Nuovo sviluppo nell’inchiesta sulla sparatoria avvenuta a San Severo lo scorso 3 marzo dopo una lite nata per un tamponamento. I carabinieri hanno arrestato Raffaele Trapani, 23 anni, ritenuto coinvolto nella vicenda insieme ad Antonio Pasquale Anastasio, il 28enne già arrestato nell’immediatezza dei fatti.

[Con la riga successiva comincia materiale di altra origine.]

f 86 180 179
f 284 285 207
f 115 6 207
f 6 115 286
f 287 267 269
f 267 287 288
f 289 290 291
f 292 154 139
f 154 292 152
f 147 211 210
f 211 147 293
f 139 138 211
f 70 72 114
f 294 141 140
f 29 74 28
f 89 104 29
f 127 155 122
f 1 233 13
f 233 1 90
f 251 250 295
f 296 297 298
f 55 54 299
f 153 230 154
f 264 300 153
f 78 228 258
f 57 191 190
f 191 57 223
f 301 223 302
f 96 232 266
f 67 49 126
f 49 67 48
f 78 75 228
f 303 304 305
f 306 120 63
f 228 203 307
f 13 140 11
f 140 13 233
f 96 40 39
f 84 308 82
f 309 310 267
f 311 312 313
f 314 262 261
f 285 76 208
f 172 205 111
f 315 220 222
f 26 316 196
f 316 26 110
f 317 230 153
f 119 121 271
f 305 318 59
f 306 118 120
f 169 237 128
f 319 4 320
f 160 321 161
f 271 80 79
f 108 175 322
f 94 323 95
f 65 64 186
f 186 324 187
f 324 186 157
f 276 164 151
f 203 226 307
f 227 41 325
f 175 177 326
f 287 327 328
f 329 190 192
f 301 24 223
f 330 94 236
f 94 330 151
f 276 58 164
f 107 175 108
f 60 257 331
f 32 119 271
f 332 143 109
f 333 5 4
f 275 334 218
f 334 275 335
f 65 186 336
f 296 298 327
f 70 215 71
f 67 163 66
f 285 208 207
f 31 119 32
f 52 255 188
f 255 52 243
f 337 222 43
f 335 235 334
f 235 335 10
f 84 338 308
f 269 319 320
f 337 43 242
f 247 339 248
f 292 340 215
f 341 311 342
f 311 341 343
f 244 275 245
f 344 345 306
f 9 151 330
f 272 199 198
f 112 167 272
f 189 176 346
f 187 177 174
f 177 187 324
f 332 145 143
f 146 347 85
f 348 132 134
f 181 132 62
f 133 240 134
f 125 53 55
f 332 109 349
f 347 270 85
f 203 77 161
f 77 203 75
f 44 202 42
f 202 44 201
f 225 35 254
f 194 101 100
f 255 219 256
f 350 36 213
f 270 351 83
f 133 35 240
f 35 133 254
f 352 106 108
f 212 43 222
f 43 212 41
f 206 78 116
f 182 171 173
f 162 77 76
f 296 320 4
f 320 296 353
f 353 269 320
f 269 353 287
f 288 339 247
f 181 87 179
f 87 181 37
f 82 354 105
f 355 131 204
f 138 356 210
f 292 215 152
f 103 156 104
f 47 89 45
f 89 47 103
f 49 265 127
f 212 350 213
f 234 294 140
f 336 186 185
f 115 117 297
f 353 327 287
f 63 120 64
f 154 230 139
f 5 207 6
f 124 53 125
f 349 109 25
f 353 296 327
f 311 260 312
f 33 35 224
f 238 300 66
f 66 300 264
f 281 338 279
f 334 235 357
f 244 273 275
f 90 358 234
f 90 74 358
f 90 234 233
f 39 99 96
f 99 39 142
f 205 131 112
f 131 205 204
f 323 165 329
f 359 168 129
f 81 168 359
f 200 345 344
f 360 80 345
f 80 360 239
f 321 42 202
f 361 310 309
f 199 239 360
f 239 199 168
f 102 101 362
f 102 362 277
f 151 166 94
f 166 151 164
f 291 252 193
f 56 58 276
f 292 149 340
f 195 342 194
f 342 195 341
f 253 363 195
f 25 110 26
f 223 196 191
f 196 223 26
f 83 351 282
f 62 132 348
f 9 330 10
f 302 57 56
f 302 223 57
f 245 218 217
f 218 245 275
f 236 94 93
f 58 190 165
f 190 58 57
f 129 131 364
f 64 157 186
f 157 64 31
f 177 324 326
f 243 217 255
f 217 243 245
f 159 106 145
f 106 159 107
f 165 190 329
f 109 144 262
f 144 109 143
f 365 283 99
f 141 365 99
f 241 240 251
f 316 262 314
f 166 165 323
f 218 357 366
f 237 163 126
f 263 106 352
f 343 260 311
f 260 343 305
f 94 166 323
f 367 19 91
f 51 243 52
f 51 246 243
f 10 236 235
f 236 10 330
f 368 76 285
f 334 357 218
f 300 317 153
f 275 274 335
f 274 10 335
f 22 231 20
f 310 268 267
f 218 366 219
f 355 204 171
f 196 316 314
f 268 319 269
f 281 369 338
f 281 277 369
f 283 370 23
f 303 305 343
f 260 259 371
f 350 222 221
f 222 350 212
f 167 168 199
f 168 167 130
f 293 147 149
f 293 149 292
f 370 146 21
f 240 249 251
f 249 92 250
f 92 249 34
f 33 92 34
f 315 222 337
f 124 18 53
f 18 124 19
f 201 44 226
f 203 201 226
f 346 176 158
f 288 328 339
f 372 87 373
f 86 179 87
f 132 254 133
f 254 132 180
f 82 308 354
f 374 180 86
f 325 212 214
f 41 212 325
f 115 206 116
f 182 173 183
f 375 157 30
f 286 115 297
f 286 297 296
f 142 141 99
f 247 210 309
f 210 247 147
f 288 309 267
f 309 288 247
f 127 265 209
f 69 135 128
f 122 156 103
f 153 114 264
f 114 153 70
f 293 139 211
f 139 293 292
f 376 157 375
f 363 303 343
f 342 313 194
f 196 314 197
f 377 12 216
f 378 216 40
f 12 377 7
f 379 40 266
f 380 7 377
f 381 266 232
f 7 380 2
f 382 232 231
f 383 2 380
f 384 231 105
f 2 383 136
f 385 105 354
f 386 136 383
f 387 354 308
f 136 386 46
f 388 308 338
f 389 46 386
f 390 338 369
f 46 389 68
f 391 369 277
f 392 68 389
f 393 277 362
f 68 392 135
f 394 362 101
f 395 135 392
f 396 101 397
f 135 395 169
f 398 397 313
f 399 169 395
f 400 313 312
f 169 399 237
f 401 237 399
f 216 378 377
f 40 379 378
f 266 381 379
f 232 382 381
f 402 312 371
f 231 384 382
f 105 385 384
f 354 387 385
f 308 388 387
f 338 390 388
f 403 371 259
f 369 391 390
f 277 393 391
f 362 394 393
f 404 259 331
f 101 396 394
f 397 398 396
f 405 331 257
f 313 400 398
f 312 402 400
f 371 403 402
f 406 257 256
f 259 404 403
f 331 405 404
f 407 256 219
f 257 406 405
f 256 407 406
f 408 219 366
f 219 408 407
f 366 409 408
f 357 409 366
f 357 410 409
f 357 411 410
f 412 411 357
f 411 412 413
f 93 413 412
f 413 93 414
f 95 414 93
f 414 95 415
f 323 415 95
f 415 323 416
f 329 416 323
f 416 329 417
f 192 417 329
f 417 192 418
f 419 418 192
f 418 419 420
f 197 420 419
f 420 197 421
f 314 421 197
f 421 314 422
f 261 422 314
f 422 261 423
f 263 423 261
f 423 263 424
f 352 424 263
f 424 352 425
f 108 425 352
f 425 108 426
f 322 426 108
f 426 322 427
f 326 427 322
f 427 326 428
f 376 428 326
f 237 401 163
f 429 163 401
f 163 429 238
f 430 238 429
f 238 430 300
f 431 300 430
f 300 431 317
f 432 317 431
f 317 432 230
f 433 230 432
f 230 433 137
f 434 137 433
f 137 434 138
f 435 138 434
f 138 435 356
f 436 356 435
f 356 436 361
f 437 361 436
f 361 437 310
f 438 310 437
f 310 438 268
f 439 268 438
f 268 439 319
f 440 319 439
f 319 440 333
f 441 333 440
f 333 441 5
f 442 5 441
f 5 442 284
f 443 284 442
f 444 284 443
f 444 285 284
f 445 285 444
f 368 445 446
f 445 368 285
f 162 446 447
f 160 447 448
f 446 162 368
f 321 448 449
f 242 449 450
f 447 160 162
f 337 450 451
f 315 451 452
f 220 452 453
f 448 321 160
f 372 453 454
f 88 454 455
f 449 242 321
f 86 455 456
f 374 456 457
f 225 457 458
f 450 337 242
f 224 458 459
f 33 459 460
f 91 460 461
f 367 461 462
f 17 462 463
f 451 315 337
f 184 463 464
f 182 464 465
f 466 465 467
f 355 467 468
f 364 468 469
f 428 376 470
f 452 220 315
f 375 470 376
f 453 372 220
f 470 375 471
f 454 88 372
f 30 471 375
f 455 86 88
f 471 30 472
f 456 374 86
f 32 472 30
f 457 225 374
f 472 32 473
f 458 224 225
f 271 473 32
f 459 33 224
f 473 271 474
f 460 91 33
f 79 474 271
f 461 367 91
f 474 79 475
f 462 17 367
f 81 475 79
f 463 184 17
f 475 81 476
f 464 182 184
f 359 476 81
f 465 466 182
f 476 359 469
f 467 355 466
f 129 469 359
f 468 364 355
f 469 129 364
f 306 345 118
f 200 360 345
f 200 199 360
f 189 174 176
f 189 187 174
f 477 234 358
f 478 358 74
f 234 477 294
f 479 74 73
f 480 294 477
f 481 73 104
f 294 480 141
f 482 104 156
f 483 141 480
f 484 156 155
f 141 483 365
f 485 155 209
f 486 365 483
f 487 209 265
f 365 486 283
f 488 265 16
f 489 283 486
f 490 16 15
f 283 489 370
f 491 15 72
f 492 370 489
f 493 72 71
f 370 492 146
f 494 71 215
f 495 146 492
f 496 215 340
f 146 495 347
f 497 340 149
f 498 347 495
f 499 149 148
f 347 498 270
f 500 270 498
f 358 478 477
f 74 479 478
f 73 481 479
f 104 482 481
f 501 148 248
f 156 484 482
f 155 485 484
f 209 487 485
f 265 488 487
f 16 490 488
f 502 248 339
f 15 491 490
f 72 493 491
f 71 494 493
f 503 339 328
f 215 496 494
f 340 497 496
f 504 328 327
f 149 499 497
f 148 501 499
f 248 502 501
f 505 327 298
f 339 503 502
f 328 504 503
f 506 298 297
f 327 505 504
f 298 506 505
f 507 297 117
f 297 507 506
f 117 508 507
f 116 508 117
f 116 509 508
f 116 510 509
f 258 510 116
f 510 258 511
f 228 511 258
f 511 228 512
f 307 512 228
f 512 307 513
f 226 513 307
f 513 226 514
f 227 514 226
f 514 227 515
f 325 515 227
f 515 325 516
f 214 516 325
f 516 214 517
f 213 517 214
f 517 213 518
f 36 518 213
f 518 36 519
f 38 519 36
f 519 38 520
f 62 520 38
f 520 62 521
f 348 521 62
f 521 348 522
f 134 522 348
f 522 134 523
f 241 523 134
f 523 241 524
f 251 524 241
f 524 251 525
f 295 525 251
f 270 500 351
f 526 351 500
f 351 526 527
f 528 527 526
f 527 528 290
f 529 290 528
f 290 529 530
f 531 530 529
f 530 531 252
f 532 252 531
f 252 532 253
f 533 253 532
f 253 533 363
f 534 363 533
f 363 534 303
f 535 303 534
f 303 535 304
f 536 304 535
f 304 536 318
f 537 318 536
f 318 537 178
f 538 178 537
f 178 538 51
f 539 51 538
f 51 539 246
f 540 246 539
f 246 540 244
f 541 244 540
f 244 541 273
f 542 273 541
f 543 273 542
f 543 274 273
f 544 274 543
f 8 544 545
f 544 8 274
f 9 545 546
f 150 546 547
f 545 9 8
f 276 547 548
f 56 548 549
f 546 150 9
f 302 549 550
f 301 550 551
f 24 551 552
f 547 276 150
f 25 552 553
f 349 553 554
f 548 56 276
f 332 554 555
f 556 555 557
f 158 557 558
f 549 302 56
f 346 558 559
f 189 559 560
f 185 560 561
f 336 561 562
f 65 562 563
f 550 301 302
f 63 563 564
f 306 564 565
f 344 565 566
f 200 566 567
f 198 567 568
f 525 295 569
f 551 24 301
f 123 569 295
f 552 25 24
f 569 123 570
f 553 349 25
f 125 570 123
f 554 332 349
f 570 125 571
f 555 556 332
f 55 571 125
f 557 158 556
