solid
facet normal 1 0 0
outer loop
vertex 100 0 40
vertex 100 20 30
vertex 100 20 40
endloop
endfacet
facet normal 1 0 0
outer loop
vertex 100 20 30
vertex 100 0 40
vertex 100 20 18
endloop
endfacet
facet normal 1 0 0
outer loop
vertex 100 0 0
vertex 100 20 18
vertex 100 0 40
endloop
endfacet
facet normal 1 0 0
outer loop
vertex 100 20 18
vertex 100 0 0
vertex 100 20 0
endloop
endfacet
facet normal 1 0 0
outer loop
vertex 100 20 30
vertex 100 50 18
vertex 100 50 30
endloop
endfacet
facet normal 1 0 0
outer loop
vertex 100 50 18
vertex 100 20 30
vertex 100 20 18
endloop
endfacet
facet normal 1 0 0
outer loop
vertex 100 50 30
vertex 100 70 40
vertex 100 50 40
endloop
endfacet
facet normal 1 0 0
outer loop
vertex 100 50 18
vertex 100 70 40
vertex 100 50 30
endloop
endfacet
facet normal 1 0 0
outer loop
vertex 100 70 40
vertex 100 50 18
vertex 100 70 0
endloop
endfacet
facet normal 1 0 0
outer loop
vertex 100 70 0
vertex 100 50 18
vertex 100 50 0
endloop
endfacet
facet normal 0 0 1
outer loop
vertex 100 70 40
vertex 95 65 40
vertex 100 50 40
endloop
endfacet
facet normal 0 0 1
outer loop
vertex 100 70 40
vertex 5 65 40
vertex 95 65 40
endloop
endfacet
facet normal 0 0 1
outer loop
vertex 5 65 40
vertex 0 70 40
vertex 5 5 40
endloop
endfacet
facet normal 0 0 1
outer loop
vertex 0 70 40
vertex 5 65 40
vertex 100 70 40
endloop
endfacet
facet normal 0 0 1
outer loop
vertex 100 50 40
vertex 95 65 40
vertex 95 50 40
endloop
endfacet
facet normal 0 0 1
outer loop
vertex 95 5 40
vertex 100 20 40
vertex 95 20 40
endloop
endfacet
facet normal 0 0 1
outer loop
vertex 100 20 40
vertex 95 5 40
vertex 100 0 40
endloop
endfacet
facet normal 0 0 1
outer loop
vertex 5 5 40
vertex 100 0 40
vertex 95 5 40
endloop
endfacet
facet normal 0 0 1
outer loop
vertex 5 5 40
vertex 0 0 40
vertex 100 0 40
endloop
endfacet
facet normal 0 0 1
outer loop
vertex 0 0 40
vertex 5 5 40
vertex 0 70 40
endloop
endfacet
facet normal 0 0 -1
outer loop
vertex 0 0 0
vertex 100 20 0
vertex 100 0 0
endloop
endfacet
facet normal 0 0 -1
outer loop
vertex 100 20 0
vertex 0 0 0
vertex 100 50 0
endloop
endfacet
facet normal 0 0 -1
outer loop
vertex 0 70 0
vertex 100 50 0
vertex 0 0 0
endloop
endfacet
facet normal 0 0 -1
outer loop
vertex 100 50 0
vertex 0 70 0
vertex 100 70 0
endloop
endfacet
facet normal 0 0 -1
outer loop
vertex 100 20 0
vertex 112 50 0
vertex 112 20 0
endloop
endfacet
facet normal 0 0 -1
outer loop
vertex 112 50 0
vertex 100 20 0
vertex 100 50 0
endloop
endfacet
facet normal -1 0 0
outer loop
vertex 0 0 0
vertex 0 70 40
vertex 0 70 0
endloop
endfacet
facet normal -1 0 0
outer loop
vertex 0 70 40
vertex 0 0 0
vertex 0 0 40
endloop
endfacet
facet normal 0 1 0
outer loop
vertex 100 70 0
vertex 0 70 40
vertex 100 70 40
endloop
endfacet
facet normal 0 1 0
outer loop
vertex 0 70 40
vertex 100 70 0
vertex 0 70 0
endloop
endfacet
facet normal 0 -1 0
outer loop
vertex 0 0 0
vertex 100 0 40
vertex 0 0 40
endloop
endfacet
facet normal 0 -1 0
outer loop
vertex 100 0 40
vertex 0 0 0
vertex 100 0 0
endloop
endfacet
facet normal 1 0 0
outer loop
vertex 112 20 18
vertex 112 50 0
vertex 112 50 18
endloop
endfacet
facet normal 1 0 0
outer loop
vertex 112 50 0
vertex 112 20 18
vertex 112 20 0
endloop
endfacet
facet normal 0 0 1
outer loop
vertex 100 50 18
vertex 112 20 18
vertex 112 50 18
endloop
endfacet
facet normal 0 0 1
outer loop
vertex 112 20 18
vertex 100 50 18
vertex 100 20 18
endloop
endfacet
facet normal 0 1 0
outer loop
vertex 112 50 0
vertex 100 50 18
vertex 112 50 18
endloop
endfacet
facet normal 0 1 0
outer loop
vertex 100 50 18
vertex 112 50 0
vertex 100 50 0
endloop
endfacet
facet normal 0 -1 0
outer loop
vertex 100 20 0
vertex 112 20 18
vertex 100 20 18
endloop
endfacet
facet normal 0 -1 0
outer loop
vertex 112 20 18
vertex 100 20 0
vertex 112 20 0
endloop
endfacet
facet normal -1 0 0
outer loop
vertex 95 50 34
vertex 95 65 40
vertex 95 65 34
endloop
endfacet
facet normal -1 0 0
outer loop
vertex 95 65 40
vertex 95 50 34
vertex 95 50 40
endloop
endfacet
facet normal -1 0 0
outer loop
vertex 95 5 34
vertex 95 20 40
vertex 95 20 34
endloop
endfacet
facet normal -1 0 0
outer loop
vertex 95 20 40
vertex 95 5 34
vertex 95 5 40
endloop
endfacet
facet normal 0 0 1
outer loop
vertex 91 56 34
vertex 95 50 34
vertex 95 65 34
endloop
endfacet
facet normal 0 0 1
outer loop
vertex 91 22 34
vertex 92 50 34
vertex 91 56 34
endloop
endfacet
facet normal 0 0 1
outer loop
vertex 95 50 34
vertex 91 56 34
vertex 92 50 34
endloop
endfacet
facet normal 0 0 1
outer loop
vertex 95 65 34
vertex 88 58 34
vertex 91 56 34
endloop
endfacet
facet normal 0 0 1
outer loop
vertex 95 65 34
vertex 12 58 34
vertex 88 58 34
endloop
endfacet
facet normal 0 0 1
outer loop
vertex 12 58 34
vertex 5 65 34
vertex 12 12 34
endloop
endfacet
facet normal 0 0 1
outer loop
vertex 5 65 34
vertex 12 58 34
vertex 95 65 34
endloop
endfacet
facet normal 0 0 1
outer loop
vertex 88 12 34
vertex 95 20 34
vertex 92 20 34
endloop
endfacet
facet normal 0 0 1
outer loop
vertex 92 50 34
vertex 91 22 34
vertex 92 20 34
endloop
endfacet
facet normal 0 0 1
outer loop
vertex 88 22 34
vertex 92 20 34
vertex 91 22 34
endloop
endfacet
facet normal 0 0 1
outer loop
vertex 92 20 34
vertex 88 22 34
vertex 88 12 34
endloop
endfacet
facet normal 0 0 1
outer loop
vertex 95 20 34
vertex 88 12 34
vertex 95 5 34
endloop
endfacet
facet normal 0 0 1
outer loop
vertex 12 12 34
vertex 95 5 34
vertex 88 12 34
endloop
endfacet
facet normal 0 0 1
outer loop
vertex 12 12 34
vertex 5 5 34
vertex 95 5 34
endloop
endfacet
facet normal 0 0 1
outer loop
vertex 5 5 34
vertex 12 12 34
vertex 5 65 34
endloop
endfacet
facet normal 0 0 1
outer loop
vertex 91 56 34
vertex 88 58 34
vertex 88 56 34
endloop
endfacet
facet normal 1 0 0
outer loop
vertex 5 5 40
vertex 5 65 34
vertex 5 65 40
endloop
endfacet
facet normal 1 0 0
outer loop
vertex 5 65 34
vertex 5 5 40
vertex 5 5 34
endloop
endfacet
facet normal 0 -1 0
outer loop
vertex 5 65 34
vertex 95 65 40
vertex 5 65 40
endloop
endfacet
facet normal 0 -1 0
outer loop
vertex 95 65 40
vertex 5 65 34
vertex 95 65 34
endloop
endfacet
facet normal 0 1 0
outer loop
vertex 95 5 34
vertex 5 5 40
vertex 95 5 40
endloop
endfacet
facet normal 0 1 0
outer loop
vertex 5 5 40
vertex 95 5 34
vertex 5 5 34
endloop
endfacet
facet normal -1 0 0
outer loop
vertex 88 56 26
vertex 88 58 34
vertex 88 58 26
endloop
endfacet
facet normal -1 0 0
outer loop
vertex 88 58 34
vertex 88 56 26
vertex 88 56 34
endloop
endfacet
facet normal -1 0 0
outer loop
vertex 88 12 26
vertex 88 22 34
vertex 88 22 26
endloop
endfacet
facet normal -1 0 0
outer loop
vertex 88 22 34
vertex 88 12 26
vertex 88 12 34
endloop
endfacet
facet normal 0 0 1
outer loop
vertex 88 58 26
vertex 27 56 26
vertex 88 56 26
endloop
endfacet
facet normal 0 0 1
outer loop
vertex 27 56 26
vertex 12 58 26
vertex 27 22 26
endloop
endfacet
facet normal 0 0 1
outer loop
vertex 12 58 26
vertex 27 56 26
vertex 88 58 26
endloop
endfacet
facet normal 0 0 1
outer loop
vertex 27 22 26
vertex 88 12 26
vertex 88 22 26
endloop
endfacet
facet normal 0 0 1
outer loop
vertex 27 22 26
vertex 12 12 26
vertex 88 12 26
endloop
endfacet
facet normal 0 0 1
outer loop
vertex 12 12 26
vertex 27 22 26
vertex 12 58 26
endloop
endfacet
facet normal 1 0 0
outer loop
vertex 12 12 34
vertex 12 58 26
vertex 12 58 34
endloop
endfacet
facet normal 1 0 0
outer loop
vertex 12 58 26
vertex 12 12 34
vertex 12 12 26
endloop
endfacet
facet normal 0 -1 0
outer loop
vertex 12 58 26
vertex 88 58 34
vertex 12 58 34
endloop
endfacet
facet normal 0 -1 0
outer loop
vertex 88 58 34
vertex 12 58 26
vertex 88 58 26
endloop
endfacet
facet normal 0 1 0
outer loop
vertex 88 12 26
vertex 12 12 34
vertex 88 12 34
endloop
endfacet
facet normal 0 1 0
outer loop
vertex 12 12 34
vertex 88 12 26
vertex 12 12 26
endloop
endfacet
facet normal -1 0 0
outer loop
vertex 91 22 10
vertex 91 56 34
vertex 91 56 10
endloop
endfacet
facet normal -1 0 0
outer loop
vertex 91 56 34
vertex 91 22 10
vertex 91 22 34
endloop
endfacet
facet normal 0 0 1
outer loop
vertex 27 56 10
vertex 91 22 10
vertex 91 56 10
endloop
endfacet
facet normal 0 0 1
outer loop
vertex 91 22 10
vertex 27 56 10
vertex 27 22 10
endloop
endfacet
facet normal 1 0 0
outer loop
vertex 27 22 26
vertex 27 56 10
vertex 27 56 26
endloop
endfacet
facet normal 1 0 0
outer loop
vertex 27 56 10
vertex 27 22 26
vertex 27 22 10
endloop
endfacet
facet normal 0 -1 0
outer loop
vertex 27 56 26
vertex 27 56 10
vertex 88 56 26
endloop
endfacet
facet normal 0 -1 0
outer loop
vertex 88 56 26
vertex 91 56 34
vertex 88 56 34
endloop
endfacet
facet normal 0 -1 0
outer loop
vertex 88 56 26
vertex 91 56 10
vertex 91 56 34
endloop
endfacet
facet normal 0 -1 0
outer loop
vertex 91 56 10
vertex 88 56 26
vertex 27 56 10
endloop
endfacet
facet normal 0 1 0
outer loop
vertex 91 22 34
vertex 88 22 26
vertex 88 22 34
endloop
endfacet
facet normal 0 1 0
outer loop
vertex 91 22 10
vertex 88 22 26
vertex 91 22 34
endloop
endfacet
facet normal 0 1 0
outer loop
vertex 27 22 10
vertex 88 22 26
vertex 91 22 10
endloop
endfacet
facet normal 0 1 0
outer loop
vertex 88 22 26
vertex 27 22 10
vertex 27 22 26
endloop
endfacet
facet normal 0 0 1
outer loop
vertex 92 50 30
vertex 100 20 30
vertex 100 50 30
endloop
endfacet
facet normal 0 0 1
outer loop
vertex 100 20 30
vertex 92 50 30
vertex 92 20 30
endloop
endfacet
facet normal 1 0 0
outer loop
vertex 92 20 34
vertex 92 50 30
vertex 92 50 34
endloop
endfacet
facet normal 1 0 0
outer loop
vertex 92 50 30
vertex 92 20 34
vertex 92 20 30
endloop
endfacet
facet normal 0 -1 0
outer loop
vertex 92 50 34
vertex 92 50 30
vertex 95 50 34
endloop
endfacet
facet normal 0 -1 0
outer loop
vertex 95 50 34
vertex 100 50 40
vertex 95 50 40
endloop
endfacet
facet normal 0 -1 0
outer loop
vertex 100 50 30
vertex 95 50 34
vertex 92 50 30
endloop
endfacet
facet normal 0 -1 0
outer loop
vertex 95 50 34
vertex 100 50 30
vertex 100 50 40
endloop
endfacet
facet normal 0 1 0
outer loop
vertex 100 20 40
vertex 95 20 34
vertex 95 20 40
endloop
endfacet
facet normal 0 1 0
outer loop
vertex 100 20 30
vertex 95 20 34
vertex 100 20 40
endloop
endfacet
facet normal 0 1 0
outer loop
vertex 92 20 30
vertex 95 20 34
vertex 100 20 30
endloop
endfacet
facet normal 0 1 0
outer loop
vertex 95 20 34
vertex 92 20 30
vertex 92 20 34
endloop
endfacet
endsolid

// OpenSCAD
// =====================================================================
//  Stepped-cavity enclosure block
//  - Rectangular solid opened from the top into nested stepped pockets
//  - Deepest pocket offset to one side (uneven interior ledges)
//  - One rectangular boss on a side face, with a side recess above it
// =====================================================================

$fn = 64;
eps = 0.01;                       // overlap to keep cuts clean

// ---------------- Main body ----------------
body_w  = 100;                    // X size
body_d  = 70;                     // Y size
body_h  = 40;                     // Z size

// ---------------- Tier 1 : broad upper recess (inside thin rim) ------
rim_w    = 5;                     // thin rim left around the top opening
t1_inset = rim_w;                 // inset from every outer face
t1_depth = 6;                     // depth measured from the top face

// ---------------- Tier 2 : mid pocket --------------------------------
t2_inset = t1_inset + 7;          // additional step ledge
t2_depth = 14;                    // depth from the top face

// ---------------- Tier 3 : deepest pocket (shifted sideways) ---------
t3_inset   = t2_inset + 6;        // nominal inset before shifting
t3_shift_x = 9;                   // offset toward +X  -> uneven ledges
t3_shift_y = 4;                   // offset toward +Y
t3_depth   = 30;                  // depth from the top face
floor_t    = body_h - t3_depth;   // remaining solid bottom (10 mm)

// ---------------- Side boss (added material) -------------------------
boss_w = 12;                      // projection out of the +X face
boss_d = 30;                      // length along Y
boss_h = 18;                      // height, starting at the bottom
boss_y = (body_d - boss_d) / 2;   // centred on the side face

// ---------------- Side recess above the boss -------------------------
sr_depth = 10;                    // depth from the top face
sr_w     = 8;                     // cut into the wall from the +X face
sr_d     = boss_d;                // same footprint width as the boss

// =====================================================================
//  Modules
// =====================================================================

// Solid outer block
module main_block() {
    cube([body_w, body_d, body_h]);
}

// Generic top pocket: inset from -X/-Y corner, given size and depth
module top_pocket(x0, y0, sx, sy, depth) {
    translate([x0, y0, body_h - depth])
        cube([sx, sy, depth + eps]);
}

// The three nested pockets forming the stepped cavity
module stepped_cavity() {
    // Tier 1 : broad upper recess bounded by the thin rim
    top_pocket(t1_inset, t1_inset,
               body_w - 2*t1_inset, body_d - 2*t1_inset,
               t1_depth);

    // Tier 2 : smaller inset rectangular pocket
    top_pocket(t2_inset, t2_inset,
               body_w - 2*t2_inset, body_d - 2*t2_inset,
               t2_depth);

    // Tier 3 : deepest pocket, shifted to one side (asymmetric ledges)
    top_pocket(t3_inset + t3_shift_x, t3_inset + t3_shift_y,
               body_w - 2*t3_inset, body_d - 2*t3_inset,
               t3_depth);
}

// Rectangular recess cut into the +X side wall, above the boss
module side_recess() {
    translate([body_w - sr_w, boss_y, body_h - sr_depth])
        cube([sr_w + eps, sr_d, sr_depth + eps]);
}

// Rectangular projection on the +X side face
module side_boss() {
    translate([body_w, boss_y, 0])
        cube([boss_w, boss_d, boss_h]);
}

// =====================================================================
//  Assembly : solid body + boss, minus all cavities
// =====================================================================
module stepped_enclosure() {
    difference() {
        union() {
            main_block();         // base solid
            side_boss();          // added side projection
        }
        stepped_cavity();         // nested top pockets (solid bottom kept)
        side_recess();            // extra stepped tier on the side wall
    }
}

stepped_enclosure();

Trapani è accusato, a vario titolo, di concorso in ricettazione, porto illegale di pistola ed evasione dagli arresti domiciliari. L’ordinanza di custodia cautelare in carcere, emessa dal gip del Tribunale di Foggia, gli è stata notificata mentre si trovava già detenuto per un’altra vicenda.

Secondo l’accusa, il giovane si trovava a bordo dell’auto insieme ad Anastasio quando, dopo un incidente stradale, sarebbe nata una discussione poi degenerata con l’esplosione di alcuni colpi di pistola.

I fatti risalgono alla mattina del 3 marzo 2026, quando una Fiat 500 con tre persone a bordo, tra cui Anastasio e Trapani, avrebbe tamponato una Ford Focus con a bordo due cittadini marocchini in via Masselli. Dopo un primo confronto verbale, la situazione sembrava essersi conclusa, ma poco dopo le due vetture si sarebbero ritrovate in piazza del Papa.

Qui, secondo la ricostruzione investigativa, Anastasio sarebbe sceso dall’auto, avrebbe estratto una pistola calibro 6.35 e avrebbe esploso quattro colpi a scopo intimidatorio, senza ferire nessuno, per poi allontanarsi insieme a Trapani.

I carabinieri intervenuti sul posto hanno recuperato bossoli e un proiettile inesploso, avviando gli accertamenti che hanno portato all’identificazione dei due giovani.

Anastasio, dopo l’arresto, aveva ammesso le proprie responsabilità per il porto illegale dell’arma e aveva sostenuto di aver sparato solo per intimidire la controparte. Durante l’interrogatorio davanti al gip aveva dichiarato: “Ho sparato per difendermi non certo per uccidere o ferire; visto quanto era vicino, avrei potuto tranquillamente farlo”.

Il 28enne ha successivamente scelto il rito del patteggiamento, ottenendo una condanna a 3 anni, convertita nella misura sostitutiva dei lavori di pubblica utilità. La proposta concordata tra il suo legale, l’avvocato Luigi Marinelli, e la Procura è stata accolta dal gup Cecilia Massarelli, che ha disposto la sua scarcerazione.

A distanza di quattro mesi dall’episodio, gli investigatori hanno quindi ricostruito anche il ruolo attribuito a Trapani, accusato di aver partecipato alla vicenda e di aver concorso nella disponibilità e nel trasporto dell’arma utilizzata durante l’intimidazione.

Lo riporta lagazzettadelmezzogiorno.it.